**Record extracts**
------------

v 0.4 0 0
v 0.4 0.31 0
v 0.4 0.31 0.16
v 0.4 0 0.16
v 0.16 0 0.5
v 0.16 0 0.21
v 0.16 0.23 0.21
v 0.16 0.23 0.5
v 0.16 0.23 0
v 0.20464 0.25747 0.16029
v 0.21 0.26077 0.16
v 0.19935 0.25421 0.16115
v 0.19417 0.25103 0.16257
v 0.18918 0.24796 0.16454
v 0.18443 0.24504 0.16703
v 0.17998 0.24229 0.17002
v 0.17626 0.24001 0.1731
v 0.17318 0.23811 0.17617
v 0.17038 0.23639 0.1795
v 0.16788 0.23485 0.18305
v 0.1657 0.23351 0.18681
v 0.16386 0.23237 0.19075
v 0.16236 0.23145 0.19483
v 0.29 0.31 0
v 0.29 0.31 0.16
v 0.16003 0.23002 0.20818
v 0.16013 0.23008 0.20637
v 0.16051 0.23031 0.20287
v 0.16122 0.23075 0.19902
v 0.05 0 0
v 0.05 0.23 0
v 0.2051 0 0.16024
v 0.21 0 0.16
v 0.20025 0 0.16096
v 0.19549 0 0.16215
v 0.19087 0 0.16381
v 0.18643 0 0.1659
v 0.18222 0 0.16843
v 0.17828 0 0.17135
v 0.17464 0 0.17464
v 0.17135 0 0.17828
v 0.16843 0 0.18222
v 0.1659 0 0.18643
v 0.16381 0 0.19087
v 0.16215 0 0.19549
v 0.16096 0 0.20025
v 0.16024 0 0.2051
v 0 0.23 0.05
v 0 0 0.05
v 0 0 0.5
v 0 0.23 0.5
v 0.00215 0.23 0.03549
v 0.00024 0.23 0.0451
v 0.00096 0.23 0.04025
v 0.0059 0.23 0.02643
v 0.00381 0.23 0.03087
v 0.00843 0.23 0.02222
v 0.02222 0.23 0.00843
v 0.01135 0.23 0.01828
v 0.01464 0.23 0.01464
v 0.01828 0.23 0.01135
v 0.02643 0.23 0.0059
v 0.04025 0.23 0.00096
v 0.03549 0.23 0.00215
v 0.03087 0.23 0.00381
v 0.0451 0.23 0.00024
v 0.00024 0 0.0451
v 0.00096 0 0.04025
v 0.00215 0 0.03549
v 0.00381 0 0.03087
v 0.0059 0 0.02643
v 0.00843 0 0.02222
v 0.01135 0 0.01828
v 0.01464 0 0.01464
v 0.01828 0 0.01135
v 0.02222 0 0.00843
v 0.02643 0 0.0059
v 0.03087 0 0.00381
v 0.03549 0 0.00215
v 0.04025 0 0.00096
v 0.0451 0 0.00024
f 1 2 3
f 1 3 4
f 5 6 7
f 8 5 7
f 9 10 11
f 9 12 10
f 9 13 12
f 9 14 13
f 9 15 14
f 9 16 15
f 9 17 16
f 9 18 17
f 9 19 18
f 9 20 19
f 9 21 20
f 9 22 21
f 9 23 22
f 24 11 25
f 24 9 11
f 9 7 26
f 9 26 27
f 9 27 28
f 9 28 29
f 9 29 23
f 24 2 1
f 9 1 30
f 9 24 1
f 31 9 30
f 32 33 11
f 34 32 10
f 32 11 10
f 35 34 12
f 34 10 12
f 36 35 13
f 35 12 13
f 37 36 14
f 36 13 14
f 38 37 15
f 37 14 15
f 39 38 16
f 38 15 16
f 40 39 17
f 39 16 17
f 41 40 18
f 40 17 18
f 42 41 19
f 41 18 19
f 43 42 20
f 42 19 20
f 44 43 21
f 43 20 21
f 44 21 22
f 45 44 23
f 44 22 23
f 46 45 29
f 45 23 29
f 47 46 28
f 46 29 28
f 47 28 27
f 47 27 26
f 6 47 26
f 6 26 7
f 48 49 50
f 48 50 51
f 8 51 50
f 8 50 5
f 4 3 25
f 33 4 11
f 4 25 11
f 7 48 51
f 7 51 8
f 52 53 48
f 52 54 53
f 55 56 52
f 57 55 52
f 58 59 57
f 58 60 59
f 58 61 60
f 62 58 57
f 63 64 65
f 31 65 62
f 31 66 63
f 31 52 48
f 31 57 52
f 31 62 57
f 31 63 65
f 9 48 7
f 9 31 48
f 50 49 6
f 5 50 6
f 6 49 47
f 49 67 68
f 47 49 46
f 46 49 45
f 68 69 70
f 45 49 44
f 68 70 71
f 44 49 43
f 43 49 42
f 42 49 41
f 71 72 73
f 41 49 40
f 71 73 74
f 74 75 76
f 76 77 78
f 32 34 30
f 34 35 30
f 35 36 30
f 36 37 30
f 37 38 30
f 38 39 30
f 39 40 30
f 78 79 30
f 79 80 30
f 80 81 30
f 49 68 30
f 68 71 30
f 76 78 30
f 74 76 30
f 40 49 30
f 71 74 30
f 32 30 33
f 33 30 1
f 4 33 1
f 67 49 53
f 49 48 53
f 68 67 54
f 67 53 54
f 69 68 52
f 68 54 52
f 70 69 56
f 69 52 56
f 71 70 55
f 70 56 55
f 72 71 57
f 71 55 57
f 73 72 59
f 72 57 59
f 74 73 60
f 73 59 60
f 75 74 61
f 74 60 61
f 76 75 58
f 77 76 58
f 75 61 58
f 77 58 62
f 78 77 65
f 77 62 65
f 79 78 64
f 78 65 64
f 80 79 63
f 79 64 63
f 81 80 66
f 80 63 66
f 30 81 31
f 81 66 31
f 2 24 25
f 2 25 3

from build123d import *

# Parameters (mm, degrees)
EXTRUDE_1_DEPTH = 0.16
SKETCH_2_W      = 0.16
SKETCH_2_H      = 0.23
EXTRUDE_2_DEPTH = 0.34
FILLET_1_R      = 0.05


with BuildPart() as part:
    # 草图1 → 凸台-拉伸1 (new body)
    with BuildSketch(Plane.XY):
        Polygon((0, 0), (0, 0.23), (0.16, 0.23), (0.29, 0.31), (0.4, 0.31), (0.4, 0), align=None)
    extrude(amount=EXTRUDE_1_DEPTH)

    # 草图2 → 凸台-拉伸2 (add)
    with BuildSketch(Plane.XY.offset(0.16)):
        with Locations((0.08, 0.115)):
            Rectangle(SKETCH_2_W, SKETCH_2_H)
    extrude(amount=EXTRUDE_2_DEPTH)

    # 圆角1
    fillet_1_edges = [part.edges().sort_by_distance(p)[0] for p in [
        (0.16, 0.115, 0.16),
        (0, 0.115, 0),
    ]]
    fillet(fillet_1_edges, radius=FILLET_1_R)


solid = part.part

------------

Retype the records above, but only those lines that fall between the line containing "v 0.17998 0.24229 0.17002" and the line containing "v 0.00215 0 0.03549", with both of those lines included, exactly as written.

v 0.17998 0.24229 0.17002
v 0.17626 0.24001 0.1731
v 0.17318 0.23811 0.17617
v 0.17038 0.23639 0.1795
v 0.16788 0.23485 0.18305
v 0.1657 0.23351 0.18681
v 0.16386 0.23237 0.19075
v 0.16236 0.23145 0.19483
v 0.29 0.31 0
v 0.29 0.31 0.16
v 0.16003 0.23002 0.20818
v 0.16013 0.23008 0.20637
v 0.16051 0.23031 0.20287
v 0.16122 0.23075 0.19902
v 0.05 0 0
v 0.05 0.23 0
v 0.2051 0 0.16024
v 0.21 0 0.16
v 0.20025 0 0.16096
v 0.19549 0 0.16215
v 0.19087 0 0.16381
v 0.18643 0 0.1659
v 0.18222 0 0.16843
v 0.17828 0 0.17135
v 0.17464 0 0.17464
v 0.17135 0 0.17828
v 0.16843 0 0.18222
v 0.1659 0 0.18643
v 0.16381 0 0.19087
v 0.16215 0 0.19549
v 0.16096 0 0.20025
v 0.16024 0 0.2051
v 0 0.23 0.05
v 0 0 0.05
v 0 0 0.5
v 0 0.23 0.5
v 0.00215 0.23 0.03549
v 0.00024 0.23 0.0451
v 0.00096 0.23 0.04025
v 0.0059 0.23 0.02643
v 0.00381 0.23 0.03087
v 0.00843 0.23 0.02222
v 0.02222 0.23 0.00843
v 0.01135 0.23 0.01828
v 0.01464 0.23 0.01464
v 0.01828 0.23 0.01135
v 0.02643 0.23 0.0059
v 0.04025 0.23 0.00096
v 0.03549 0.23 0.00215
v 0.03087 0.23 0.00381
v 0.0451 0.23 0.00024
v 0.00024 0 0.0451
v 0.00096 0 0.04025
v 0.00215 0 0.03549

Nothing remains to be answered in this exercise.